Monday, June 07, 2010

the laddie in red

It seemed only fair to reward myself for successfully moving house by buying a celebratory bottle of whisky, so here it is: Bruichladdich Rocks, currently available in Morrison's for about £23.

A quick bit of background: Bruichladdich is an Islay distillery which until fairly recently (when Kilchoman started producing) laid claim to being the westernmost distillery in Scotland. It's had a bit of a chequered history, most recently including being closed between 1994 and 2001. When its enterprising new owners started production up again they were in the tricky position of not being able to release any of their newly distilled spirit as whisky for three years - fortunately they'd inherited a substantial stock of existing casks, and so they embarked on an enterprising, if slightly bewildering, programme of limited edition expressions of the existing stock. One of the things they did was issue a series of bottlings called Waves, Rocks and Peat which supposedly reflected the various facets of the Bruichladdich character, or some such bollocks.

Also, a note on pronunciation: the general convention seems to be towards something like "brook-laddie", though orthodox Scottish pronunciation rules would normally oblige you to stick a final "ch" sound on there, like at the end of "loch". Up to you.

Rocks is made up of whisky of various ages (hence no age statement on the bottle) and is "finished" in casks that previously held Banyuls wine. Slightly irritatingly you'd be hard-pressed to glean any of this information from the bottle or the packaging, both of which offer some vaguely poetic flannel but little in the way of cold hard facts. That there's something slightly unusual going on is obvious from the colour of the whisky, though: it's got a faint pink tinge to it, which you may or may not be able to pick out from the photograph.

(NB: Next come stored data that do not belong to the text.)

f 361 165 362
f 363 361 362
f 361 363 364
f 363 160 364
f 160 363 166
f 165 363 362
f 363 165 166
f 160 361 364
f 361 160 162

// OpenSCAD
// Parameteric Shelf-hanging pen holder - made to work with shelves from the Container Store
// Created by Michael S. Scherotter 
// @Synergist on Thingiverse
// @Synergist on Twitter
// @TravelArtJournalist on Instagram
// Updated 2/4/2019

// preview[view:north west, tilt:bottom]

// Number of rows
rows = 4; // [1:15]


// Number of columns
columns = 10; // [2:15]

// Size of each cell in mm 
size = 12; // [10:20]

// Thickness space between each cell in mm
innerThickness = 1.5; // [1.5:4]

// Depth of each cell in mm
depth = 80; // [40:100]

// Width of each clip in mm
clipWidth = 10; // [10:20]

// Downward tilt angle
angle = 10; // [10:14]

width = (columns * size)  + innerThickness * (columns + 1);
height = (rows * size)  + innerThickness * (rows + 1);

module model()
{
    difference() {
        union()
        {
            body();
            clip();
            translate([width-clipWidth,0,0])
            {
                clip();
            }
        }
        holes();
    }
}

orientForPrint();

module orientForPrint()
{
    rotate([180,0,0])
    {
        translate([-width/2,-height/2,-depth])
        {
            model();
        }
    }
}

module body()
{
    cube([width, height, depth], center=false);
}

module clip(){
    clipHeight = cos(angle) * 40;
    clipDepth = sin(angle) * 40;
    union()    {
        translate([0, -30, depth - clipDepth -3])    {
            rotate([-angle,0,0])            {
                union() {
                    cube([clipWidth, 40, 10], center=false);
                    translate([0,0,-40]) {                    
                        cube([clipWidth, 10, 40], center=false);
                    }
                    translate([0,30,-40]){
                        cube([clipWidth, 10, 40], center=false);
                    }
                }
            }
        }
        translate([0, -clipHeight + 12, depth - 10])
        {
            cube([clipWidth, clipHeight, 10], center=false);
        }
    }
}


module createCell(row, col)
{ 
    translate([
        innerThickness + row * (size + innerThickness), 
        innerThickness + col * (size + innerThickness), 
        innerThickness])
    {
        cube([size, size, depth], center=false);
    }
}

Have a sniff and a taste and you'll discover that any notion of there being a single signature Islay "style" - big, tarry, peaty, medicinal whisky that you could clean paintbrushes in - is a bit of a simplification, as this is very light with barely a trace of peat or smoke at all. This is the second successive Islay malt I've tried, but this and the Bowmore couldn't be more different. This one is quite sweet, a bit floral, with just a hint of something red and tart and fruity in the background - more redcurrants than strawberries, I think (could this be from the wine casks?). It's quite "hot" on the tongue at first - like the Penderyn (which this is not dissimilar to) that's probably partly from being bottled at 46% and partly a bit of rawer, younger, estery spirit coming through.

I think there's an argument that the sheer size and diversity of the Bruichladdich range is a bit bewildering and perhaps not conducive to developing a recognisable distillery "style" - on the other hand I salute their ingenuity in wringing out every last bit of interest they could from the stocks left in the warehouse. As I've said before I'm mildly suspicious of whisky that's been mucked around with by applying non-traditional "finishing", and as with the Caol Ila this doesn't quite measure up to the magnificence of, say, the Highland Park or the Dalmore, but I think as an experiment it works quite well.